Blogging has become prevalent in Cuba for a number of reasons. For one, use of blogging services is ususally free. The simplicity of most blogs makes publishing less taxing on bandwidth and Internet time cards (both of which are precious commodities on the island). And many blogging platforms (like WordPress and Blogger) make it easy to seamlessly integrate multiple Web 2.0 tools, especially microblogging services like Twitter.
 
But the most popular and user-friendly blogging platforms have a serious deficiency that CJT is looking for innovative ways to address. They tend to make templates, designs, and individual posts difficult to work on while offline.
 
For a journalist in the U.S., for instance, spending hours on the Internet to write, edit, and design a blog seems natural. In Cuba, on the other hand, just one such Internet session could cost a month’s salary or more. Plus, the longer you’re online, the more you’re giving the government to monitor, since just about all available Internet access in Cuba goes through the government and its censors.
 
Side note: It’s worth noting that this is also true for travelers using the Internet at hotels in Cuba. If you’re reading this interview and have plans to go to Cuba, take note. You wouldn’t want to get detained for being careless about doing democracy promotion work through Cuban servers.
 
Finding a way for Cubans to make their blogging experiences more like the ones many of the rest of us have—without asking them to spend more time connected to the Internet—would go a very long way in helping them refine their products. We’re actively looking for those solutions and welcome any ideas.
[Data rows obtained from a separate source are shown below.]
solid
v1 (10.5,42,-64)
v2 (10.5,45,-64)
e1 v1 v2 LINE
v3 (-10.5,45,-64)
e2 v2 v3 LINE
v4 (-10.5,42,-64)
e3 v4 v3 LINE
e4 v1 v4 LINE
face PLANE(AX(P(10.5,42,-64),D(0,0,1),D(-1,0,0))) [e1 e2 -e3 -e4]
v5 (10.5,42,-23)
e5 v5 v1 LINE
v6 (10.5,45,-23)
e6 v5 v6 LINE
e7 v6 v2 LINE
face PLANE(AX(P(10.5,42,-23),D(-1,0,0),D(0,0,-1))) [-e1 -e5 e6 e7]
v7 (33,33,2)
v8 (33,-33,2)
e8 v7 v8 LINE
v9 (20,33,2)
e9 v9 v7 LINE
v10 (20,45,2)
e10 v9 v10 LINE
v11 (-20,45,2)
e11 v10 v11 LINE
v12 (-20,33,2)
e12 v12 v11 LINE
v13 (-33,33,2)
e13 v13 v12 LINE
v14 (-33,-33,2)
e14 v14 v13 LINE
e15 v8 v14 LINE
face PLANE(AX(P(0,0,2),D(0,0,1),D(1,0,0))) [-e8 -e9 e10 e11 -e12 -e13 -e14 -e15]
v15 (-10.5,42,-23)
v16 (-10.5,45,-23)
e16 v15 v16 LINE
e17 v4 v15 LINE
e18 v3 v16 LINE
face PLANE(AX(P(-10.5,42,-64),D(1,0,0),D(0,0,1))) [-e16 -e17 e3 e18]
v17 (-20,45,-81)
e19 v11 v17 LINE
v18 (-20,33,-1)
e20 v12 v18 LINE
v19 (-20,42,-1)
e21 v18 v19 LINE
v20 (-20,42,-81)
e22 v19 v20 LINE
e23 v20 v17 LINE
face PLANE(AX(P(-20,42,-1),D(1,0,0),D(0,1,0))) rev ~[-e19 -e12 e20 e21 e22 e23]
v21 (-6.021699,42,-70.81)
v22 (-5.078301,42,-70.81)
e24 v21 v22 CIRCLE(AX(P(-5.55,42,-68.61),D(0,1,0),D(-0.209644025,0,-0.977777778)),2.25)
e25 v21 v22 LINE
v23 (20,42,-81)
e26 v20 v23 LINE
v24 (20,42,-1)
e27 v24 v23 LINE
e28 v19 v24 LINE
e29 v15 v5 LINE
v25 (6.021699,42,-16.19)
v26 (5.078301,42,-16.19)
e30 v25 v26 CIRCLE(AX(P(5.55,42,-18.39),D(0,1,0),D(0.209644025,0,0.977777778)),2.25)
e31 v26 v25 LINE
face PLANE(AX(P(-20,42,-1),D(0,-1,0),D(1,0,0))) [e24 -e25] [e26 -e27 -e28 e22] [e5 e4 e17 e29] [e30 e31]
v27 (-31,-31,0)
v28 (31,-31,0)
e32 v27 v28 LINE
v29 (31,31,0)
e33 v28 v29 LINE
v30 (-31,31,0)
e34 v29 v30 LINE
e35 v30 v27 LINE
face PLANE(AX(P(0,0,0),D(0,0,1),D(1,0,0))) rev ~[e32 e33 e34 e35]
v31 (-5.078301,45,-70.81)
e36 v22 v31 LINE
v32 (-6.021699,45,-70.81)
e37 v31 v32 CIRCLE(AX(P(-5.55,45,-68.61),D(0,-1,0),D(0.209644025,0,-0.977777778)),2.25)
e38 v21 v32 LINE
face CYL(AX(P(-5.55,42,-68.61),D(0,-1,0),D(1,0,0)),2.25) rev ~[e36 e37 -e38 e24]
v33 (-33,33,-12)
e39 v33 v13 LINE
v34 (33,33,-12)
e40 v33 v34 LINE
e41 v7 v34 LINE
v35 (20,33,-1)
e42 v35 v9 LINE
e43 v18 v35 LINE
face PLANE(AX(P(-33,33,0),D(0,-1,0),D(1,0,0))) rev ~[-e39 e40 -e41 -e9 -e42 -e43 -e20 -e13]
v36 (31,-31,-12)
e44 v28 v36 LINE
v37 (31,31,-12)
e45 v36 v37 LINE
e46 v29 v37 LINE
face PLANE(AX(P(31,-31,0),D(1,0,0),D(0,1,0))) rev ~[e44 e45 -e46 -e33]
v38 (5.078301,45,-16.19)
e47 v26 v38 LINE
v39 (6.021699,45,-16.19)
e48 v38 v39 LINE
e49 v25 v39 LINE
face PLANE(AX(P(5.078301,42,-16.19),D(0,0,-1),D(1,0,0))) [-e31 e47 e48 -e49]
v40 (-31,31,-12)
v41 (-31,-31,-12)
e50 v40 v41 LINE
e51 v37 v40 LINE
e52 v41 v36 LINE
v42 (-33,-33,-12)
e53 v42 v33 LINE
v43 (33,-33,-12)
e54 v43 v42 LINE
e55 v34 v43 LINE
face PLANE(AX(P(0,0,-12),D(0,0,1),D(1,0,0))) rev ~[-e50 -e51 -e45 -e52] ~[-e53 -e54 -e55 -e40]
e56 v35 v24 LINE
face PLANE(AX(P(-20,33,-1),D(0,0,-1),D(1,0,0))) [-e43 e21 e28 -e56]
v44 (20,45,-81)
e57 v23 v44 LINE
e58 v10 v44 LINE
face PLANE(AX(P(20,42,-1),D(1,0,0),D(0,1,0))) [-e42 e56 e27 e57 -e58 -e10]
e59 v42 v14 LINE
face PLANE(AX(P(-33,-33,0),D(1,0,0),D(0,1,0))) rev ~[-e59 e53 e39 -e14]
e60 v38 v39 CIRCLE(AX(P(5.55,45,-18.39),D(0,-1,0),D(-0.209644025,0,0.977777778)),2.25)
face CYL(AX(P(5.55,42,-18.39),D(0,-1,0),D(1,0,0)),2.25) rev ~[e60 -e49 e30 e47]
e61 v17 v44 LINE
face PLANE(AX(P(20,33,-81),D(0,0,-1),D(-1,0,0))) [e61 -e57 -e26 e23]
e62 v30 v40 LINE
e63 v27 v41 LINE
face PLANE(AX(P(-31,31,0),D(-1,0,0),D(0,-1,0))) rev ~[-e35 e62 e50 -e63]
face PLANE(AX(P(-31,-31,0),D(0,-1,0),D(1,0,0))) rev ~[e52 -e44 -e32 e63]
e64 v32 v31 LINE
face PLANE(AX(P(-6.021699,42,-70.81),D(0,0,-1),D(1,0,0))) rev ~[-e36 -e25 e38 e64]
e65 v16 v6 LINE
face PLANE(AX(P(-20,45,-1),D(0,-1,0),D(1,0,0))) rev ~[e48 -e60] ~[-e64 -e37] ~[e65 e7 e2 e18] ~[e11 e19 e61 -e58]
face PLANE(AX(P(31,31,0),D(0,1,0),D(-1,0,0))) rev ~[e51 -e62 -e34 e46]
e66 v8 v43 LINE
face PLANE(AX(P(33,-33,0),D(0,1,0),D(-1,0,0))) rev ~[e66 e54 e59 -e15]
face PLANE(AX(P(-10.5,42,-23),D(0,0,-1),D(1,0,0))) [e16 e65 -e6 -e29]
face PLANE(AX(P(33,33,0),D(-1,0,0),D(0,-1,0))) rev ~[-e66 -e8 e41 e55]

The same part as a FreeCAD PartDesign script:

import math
import FreeCAD as App
import Part
import Sketcher
from FreeCAD import Vector
Q = App.Units.Quantity


def add_polygon(sketch, points):
    """Adds a closed chain of lines whose ends are joined by coincident constraints."""
    first, n = sketch.GeometryCount, len(points)
    for a, b in zip(points, points[1:] + points[:1]):
        sketch.addGeometry(Part.LineSegment(App.Vector(*a, 0), App.Vector(*b, 0)), False)
    for i in range(n):
        sketch.addConstraint(Sketcher.Constraint("Coincident", first + i, 2, first + (i + 1) % n, 1))

doc = App.newDocument("Part")
body = doc.addObject("PartDesign::Body", "Body")

# Sketch on XY plane
sketch1 = body.newObject("Sketcher::SketchObject", "Sketch")
sketch1.AttachmentSupport = (doc.getObject("XY_Plane"), [""])
sketch1.MapMode = "FlatFace"
add_polygon(sketch1, [(33, 33), (-33, 33), (-33, -33), (33, -33)])  # lines 0-3
sketch1.addConstraint([
    Sketcher.Constraint("Horizontal", 0),
    Sketcher.Constraint("Vertical", 1),
    Sketcher.Constraint("Horizontal", 2),
    Sketcher.Constraint("Vertical", 3),
    Sketcher.Constraint("Symmetric", 0, 2, 2, 2, -1, 1),
    Sketcher.Constraint("Equal", 2, 1),
    Sketcher.Constraint("DistanceX", 0, 2, 0, 1, Q("66 mm")),
])
pad1 = body.newObject("PartDesign::Pad", "Pad")
pad1.Profile = sketch1
pad1.Length = 2

# Sketch on XY plane
sketch2 = body.newObject("Sketcher::SketchObject", "Sketch001")
sketch2.AttachmentSupport = (doc.getObject("XY_Plane"), [""])
sketch2.MapMode = "FlatFace"
add_polygon(sketch2, [(33, 33), (-33, 33), (-33, -33), (33, -33)])  # lines 0-3
add_polygon(sketch2, [(31, -31), (-31, -31), (-31, 31), (31, 31)])  # lines 4-7
sketch2.addConstraint([
    Sketcher.Constraint("Horizontal", 0),
    Sketcher.Constraint("Vertical", 1),
    Sketcher.Constraint("Horizontal", 2),
    Sketcher.Constraint("Vertical", 3),
    Sketcher.Constraint("Horizontal", 4),
    Sketcher.Constraint("Vertical", 5),
    Sketcher.Constraint("Horizontal", 6),
    Sketcher.Constraint("Vertical", 7),
    Sketcher.Constraint("Symmetric", 0, 2, 2, 2, -1, 1),
    Sketcher.Constraint("Symmetric", 4, 2, 6, 2, -1, 1),
    Sketcher.Constraint("Equal", 2, 1),
    Sketcher.Constraint("Equal", 6, 5),
    Sketcher.Constraint("DistanceX", 4, 2, 4, 1, Q("62 mm")),
    Sketcher.Constraint("DistanceX", 1, 2, 4, 2, Q("2 mm")),
])
pad2 = body.newObject("PartDesign::Pad", "Pad001")
pad2.Profile = sketch2
pad2.Length = 12
pad2.Reversed = True

# Sketch on XZ plane
sketch3 = body.newObject("Sketcher::SketchObject", "Sketch002")
sketch3.AttachmentSupport = (doc.getObject("XZ_Plane"), [""])
sketch3.MapMode = "FlatFace"
sketch3.AttachmentOffset = App.Placement(Vector(0, 0, -33), App.Rotation())
add_polygon(sketch3, [(20, -1), (-20, -1), (-20, 2), (20, 2)])  # lines 0-3
sketch3.addConstraint([
    Sketcher.Constraint("Horizontal", 0),
    Sketcher.Constraint("Vertical", 1),
    Sketcher.Constraint("Horizontal", 2),
    Sketcher.Constraint("Vertical", 3),
    Sketcher.Constraint("DistanceX", 0, 2, 0, 1, Q("40 mm")),
    Sketcher.Constraint("DistanceY", 1, 1, 1, 2, Q("3 mm")),
    Sketcher.Constraint("DistanceX", 0, 2, -1, 1, Q("20 mm")),
    Sketcher.Constraint("DistanceY", 0, 2, -1, 1, Q("1 mm")),
])
pad3 = body.newObject("PartDesign::Pad", "Pad002")
pad3.Profile = sketch3
pad3.Length = 12
pad3.Reversed = True

# Sketch on XY plane
sketch4 = body.newObject("Sketcher::SketchObject", "Sketch003")
sketch4.AttachmentSupport = (doc.getObject("XY_Plane"), [""])
sketch4.MapMode = "FlatFace"
sketch4.AttachmentOffset = App.Placement(Vector(0, 0, -1), App.Rotation())
add_polygon(sketch4, [(-20, 42), (-20, 45), (20, 45), (20, 42)])  # lines 0-3
sketch4.addConstraint([
    Sketcher.Constraint("Vertical", 0),
    Sketcher.Constraint("Horizontal", 1),
    Sketcher.Constraint("Vertical", 2),
    Sketcher.Constraint("Horizontal", 3),
    Sketcher.Constraint("DistanceY", 0, 1, 0, 2, Q("3 mm")),
    Sketcher.Constraint("DistanceX", 1, 1, 1, 2, Q("40 mm")),
    Sketcher.Constraint("DistanceX", 0, 2, -1, 1, Q("20 mm")),
    Sketcher.Constraint("DistanceY", -1, 1, 0, 2, Q("45 mm")),
])
pad4 = body.newObject("PartDesign::Pad", "Pad003")
pad4.Profile = sketch4
pad4.Length = 80
pad4.Reversed = True

# Sketch on XZ plane
sketch5 = body.newObject("Sketcher::SketchObject", "Sketch004")
sketch5.AttachmentSupport = (doc.getObject("XZ_Plane"), [""])
sketch5.MapMode = "FlatFace"
sketch5.AttachmentOffset = App.Placement(Vector(0, 0, -42), App.Rotation())
add_polygon(sketch5, [(-10, -64), (10, -64), (10, -23), (-10, -23)])  # lines 0-3
sketch5.addConstraint([
    Sketcher.Constraint("Horizontal", 0),
    Sketcher.Constraint("Vertical", 1),
    Sketcher.Constraint("Horizontal", 2),
    Sketcher.Constraint("Vertical", 3),
    Sketcher.Constraint("DistanceX", 0, 1, 0, 2, Q("21 mm")),
    Sketcher.Constraint("DistanceY", 1, 1, 1, 2, Q("41 mm")),
    Sketcher.Constraint("DistanceY", 0, 2, -1, 1, Q("64 mm")),
    Sketcher.Constraint("DistanceX", -1, 1, 0, 2, Q("10.5 mm")),
])
pocket1 = body.newObject("PartDesign::Pocket", "Pocket")
pocket1.Profile = sketch5
pocket1.Length = 80

# Sketch on XZ plane
sketch6 = body.newObject("Sketcher::SketchObject", "Sketch005")
sketch6.AttachmentSupport = (doc.getObject("XZ_Plane"), [""])
sketch6.MapMode = "FlatFace"
sketch6.AttachmentOffset = App.Placement(Vector(0, 0, -42), App.Rotation())
sketch6.addGeometry([
    Part.LineSegment(Vector(-6, -70.8, 0), Vector(-5.1, -70.8, 0)),
    Part.ArcOfCircle(Part.Circle(Vector(-5.5, -68.6, 0), Vector(0, 0, 1), 2.2), math.radians(-78), math.radians(258)),
    Part.ArcOfCircle(Part.Circle(Vector(5.5, -18.4, 0), Vector(0, 0, 1), 2.2), math.radians(102), math.radians(438)),
    Part.LineSegment(Vector(6, -16.2, 0), Vector(5.1, -16.2, 0)),
], False)
sketch6.addConstraint([
    Sketcher.Constraint("Coincident", 0, 1, 1, 2),
    Sketcher.Constraint("Coincident", 1, 1, 0, 2),
    Sketcher.Constraint("Coincident", 2, 1, 3, 2),
    Sketcher.Constraint("Coincident", 3, 1, 2, 2),
    Sketcher.Constraint("Horizontal", 0),
    Sketcher.Constraint("Horizontal", 3),
    Sketcher.Constraint("Equal", 1, 2),
    Sketcher.Constraint("Equal", 0, 3),
    Sketcher.Constraint("Radius", 1, Q("2.25 mm")),
    Sketcher.Constraint("DistanceX", 1, 3, 2, 3, Q("11.1 mm")),
    Sketcher.Constraint("DistanceY", 0, 1, 1, 3, Q("2.2 mm")),
    Sketcher.Constraint("DistanceX", 1, 3, -1, 1, Q("5.55 mm")),
    Sketcher.Constraint("DistanceY", 1, 3, -1, 1, Q("68.61 mm")),
    Sketcher.Constraint("DistanceY", 2, 3, -1, 1, Q("18.39 mm")),
])
pocket2 = body.newObject("PartDesign::Pocket", "Pocket001")
pocket2.Profile = sketch6
pocket2.Length = 80

doc.recompute()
Since CJT is not physically located in Cuba, does this pose challenges for carrying out its work?
 
While not being able to work from inside Cuba all the time has its disadvantages, it’s not always a handicap. If our staff and volunteers were in Cuba, we couldn’t spend the same amount of time keeping up with developments in the “blogosphere,” meet freely with journalists, or even communicate with one another as effectively.
 
It’s strange, but information often does travel more quickly between, say, Miami and Havana than it does between Havana and Camagüey.
 
Still, we do need boots on the ground every now and then, so travel to the island plays a role in the way we work. I use “boots on the ground” in the most figurative, nonmilitary sense, of course. Perhaps “flip-flops on the ground” would be a better way to put it.
 
It would be ideal for us to have the kind of access to journalists in Cuba that the regime has made virtually impossible. In light of the obstacles the government has put in our way, we’ve decided to make sure that the tools and information we deliver to Cuba can be useful to anyone who happens to come across them. We’re more focused on making broad changes in the way Cuban civil society informs itself and the outside world about what’s going on there than we are on supporting any particular group of journalists.